醒醉香’,又托四弟转交,究竟所为何事?”
文一夔道,“还能为什么?”他伸手拿过手边的茶碗,掀开,“不过是为了七弟名下的那些产业罢了。”文一夔呷了一口茶,“七弟妹觉得,七弟名下的文氏产业,未免有些太多了。”
文一适笑了,“难怪四弟方才劝我‘避嫌’,本以为是为了我的名声,没想到私心里念的是七弟啊。”
文一夔道,“我念七弟,也念大哥。”
文一适叹了口气,“我知道,都是一家人,哪有不念的呢?”
文一夔道,“七弟妹也这么说呢。”
文一适道,“她还说什么了?”
文一夔道,“她说,七弟虽是文状元,但尚无品秩,她一个妇道人家,娘家人丁单薄,并不显赫,管了这两年账,已经是僭越了。她要再管下去,旁人难免会议论她不守妇道。”文一夔说着,放下手中的茶盏,“七弟妹希望,能把她手中的账目,还给大哥来管。”

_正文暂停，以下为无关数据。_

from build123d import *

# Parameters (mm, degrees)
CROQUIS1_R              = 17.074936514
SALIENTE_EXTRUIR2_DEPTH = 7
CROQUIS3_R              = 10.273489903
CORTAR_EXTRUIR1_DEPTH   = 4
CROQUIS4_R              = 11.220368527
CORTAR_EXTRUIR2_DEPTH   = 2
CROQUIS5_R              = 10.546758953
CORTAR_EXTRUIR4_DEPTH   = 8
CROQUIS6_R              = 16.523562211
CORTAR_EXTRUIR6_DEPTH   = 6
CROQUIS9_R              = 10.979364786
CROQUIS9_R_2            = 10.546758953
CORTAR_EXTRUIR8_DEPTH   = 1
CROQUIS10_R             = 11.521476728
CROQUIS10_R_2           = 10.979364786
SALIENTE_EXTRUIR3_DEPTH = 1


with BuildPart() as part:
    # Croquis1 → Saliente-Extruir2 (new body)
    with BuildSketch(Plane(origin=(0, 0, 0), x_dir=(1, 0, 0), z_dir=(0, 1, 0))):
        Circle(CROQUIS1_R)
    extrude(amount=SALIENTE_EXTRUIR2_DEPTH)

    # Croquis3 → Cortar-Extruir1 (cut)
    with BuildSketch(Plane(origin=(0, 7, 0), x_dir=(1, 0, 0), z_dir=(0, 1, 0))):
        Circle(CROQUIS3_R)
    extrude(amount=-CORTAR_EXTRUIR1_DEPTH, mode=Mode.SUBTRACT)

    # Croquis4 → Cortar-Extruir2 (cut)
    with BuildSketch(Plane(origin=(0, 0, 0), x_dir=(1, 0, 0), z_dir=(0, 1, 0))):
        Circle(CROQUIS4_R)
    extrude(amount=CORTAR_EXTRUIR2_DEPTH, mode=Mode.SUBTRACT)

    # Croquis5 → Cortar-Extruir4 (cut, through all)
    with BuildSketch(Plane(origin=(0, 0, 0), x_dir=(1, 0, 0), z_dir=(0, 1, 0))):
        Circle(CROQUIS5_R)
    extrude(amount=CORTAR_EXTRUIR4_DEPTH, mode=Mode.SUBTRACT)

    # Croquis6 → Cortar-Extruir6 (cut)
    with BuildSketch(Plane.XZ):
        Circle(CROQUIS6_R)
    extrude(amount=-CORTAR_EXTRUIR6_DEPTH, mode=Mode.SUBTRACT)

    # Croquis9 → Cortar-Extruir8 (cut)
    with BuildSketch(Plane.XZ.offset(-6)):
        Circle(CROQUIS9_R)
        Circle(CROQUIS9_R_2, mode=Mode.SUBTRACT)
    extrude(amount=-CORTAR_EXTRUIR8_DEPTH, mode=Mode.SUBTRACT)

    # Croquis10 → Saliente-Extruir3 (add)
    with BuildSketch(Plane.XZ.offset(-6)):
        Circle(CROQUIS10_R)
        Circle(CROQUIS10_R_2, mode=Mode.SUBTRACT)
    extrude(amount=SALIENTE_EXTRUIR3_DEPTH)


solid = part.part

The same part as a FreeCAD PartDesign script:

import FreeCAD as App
import Part
import Sketcher
from FreeCAD import Vector
Q = App.Units.Quantity

doc = App.newDocument("Part")
params = doc.addObject("Spreadsheet::Sheet", "Params")
for row, (alias, value) in enumerate([
    ("pad1_length", "7 mm"),
    ("pocket1_length", "4 mm"),
    ("pocket2_length", "2 mm"),
    ("pocket4_length", "6 mm"),
    ("pocket5_length", "1 mm"),
    ("pad2_length", "1 mm"),
], start=1):
    params.set(f"A{row}", alias)
    params.set(f"B{row}", "=" + value)
    params.setAlias(f"B{row}", alias)

body = doc.addObject("PartDesign::Body", "Body")

# Sketch on XZ plane
sketch1 = body.newObject("Sketcher::SketchObject", "Sketch")
sketch1.AttachmentSupport = (doc.getObject("XZ_Plane"), [""])
sketch1.MapMode = "FlatFace"
sketch1.addGeometry(Part.Circle(Vector(0, 0, 0), Vector(0, 0, 1), 17), False)
sketch1.addConstraint(Sketcher.Constraint("Coincident", 0, 3, -1, 1))
sketch1.addConstraint(Sketcher.Constraint("Diameter", 0, Q("34.149873 mm")))
pad1 = body.newObject("PartDesign::Pad", "Pad")
pad1.Profile = sketch1
pad1.setExpression("Length", "Params.pad1_length")
pad1.Reversed = True

# Sketch on XZ plane
sketch2 = body.newObject("Sketcher::SketchObject", "Sketch001")
sketch2.AttachmentSupport = (doc.getObject("XZ_Plane"), [""])
sketch2.MapMode = "FlatFace"
sketch2.AttachmentOffset = App.Placement(Vector(0, 0, -7), App.Rotation())
sketch2.addGeometry(Part.Circle(Vector(0, 0, 0), Vector(0, 0, 1), 10), False)
sketch2.addConstraint(Sketcher.Constraint("Coincident", 0, 3, -1, 1))
sketch2.addConstraint(Sketcher.Constraint("Diameter", 0, Q("20.54698 mm")))
pocket1 = body.newObject("PartDesign::Pocket", "Pocket")
pocket1.Profile = sketch2
pocket1.setExpression("Length", "Params.pocket1_length")
pocket1.Reversed = True

# Sketch on XZ plane
sketch3 = body.newObject("Sketcher::SketchObject", "Sketch002")
sketch3.AttachmentSupport = (doc.getObject("XZ_Plane"), [""])
sketch3.MapMode = "FlatFace"
sketch3.addGeometry(Part.Circle(Vector(0, 0, 0), Vector(0, 0, 1), 11), False)
sketch3.addConstraint(Sketcher.Constraint("Coincident", 0, 3, -1, 1))
sketch3.addConstraint(Sketcher.Constraint("Diameter", 0, Q("22.440737 mm")))
pocket2 = body.newObject("PartDesign::Pocket", "Pocket001")
pocket2.Profile = sketch3
pocket2.setExpression("Length", "Params.pocket2_length")

# Sketch on XZ plane
sketch4 = body.newObject("Sketcher::SketchObject", "Sketch003")
sketch4.AttachmentSupport = (doc.getObject("XZ_Plane"), [""])
sketch4.MapMode = "FlatFace"
sketch4.addGeometry(Part.Circle(Vector(0, 0, 0), Vector(0, 0, 1), 11), False)
sketch4.addConstraint(Sketcher.Constraint("Coincident", 0, 3, -1, 1))
sketch4.addConstraint(Sketcher.Constraint("Diameter", 0, Q("21.093518 mm")))
pocket3 = body.newObject("PartDesign::Pocket", "Pocket002")
pocket3.Profile = sketch4
pocket3.Type = "ThroughAll"

# Sketch on XZ plane
sketch5 = body.newObject("Sketcher::SketchObject", "Sketch004")
sketch5.AttachmentSupport = (doc.getObject("XZ_Plane"), [""])
sketch5.MapMode = "FlatFace"
sketch5.addGeometry(Part.Circle(Vector(0, 0, 0), Vector(0, 0, 1), 17), False)
sketch5.addConstraint(Sketcher.Constraint("Coincident", 0, 3, -1, 1))
sketch5.addConstraint(Sketcher.Constraint("Diameter", 0, Q("33.047124 mm")))
pocket4 = body.newObject("PartDesign::Pocket", "Pocket003")
pocket4.Profile = sketch5
pocket4.setExpression("Length", "Params.pocket4_length")

# Sketch on XZ plane
sketch6 = body.newObject("Sketcher::SketchObject", "Sketch005")
sketch6.AttachmentSupport = (doc.getObject("XZ_Plane"), [""])
sketch6.MapMode = "FlatFace"
sketch6.AttachmentOffset = App.Placement(Vector(0, 0, -6), App.Rotation())
sketch6.addGeometry(Part.Circle(Vector(0, 0, 0), Vector(0, 0, 1), 11), False)
sketch6.addGeometry(Part.Circle(Vector(0, 0, 0), Vector(0, 0, 1), 11), False)
sketch6.addConstraint(Sketcher.Constraint("Coincident", 0, 3, -1, 1))
sketch6.addConstraint(Sketcher.Constraint("Coincident", 1, 3, -1, 1))
sketch6.addConstraint(Sketcher.Constraint("Diameter", 0, Q("21.95873 mm")))
sketch6.addConstraint(Sketcher.Constraint("Diameter", 1, Q("21.093518 mm")))
pocket5 = body.newObject("PartDesign::Pocket", "Pocket004")
pocket5.Profile = sketch6
pocket5.setExpression("Length", "Params.pocket5_length")

# Sketch on XZ plane
sketch7 = body.newObject("Sketcher::SketchObject", "Sketch006")
sketch7.AttachmentSupport = (doc.getObject("XZ_Plane"), [""])
sketch7.MapMode = "FlatFace"
sketch7.AttachmentOffset = App.Placement(Vector(0, 0, -6), App.Rotation())
sketch7.addGeometry(Part.Circle(Vector(0, 0, 0), Vector(0, 0, 1), 12), False)
sketch7.addGeometry(Part.Circle(Vector(0, 0, 0), Vector(0, 0, 1), 11), False)
sketch7.addConstraint(Sketcher.Constraint("Coincident", 0, 3, -1, 1))
sketch7.addConstraint(Sketcher.Constraint("Coincident", 1, 3, -1, 1))
sketch7.addConstraint(Sketcher.Constraint("Diameter", 1, Q("21.95873 mm")))
sketch7.addConstraint(Sketcher.Constraint("Diameter", 0, Q("23.042953 mm")))
pad2 = body.newObject("PartDesign::Pad", "Pad001")
pad2.Profile = sketch7
pad2.setExpression("Length", "Params.pad2_length")

doc.recompute()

文一适听了,沉默半响,身体往后微微一靠,把手中的香囊往桌上轻轻一掷,道,“如此美貌,聪慧,又守妇道的女子,七弟能娶到,是七弟的福气。”他抬眼看向文一夔,“你我真是连羡慕都羡慕不来啊。”
文一夔道,“大哥,七弟妹说的也有道理。”
文一适道,“有道理的话,人人会说。比如,我现下就可以说,七弟妹一向聪明能干,是七弟的嫡妻,七弟有了功名官身,我再不应该伸手去管七弟名下的产业,否则,旁人难免会议论我欺占弟产,全无长兄风度。”文一适又叹了口气,“四弟觉得,我和七弟妹的话,谁的更有道理?”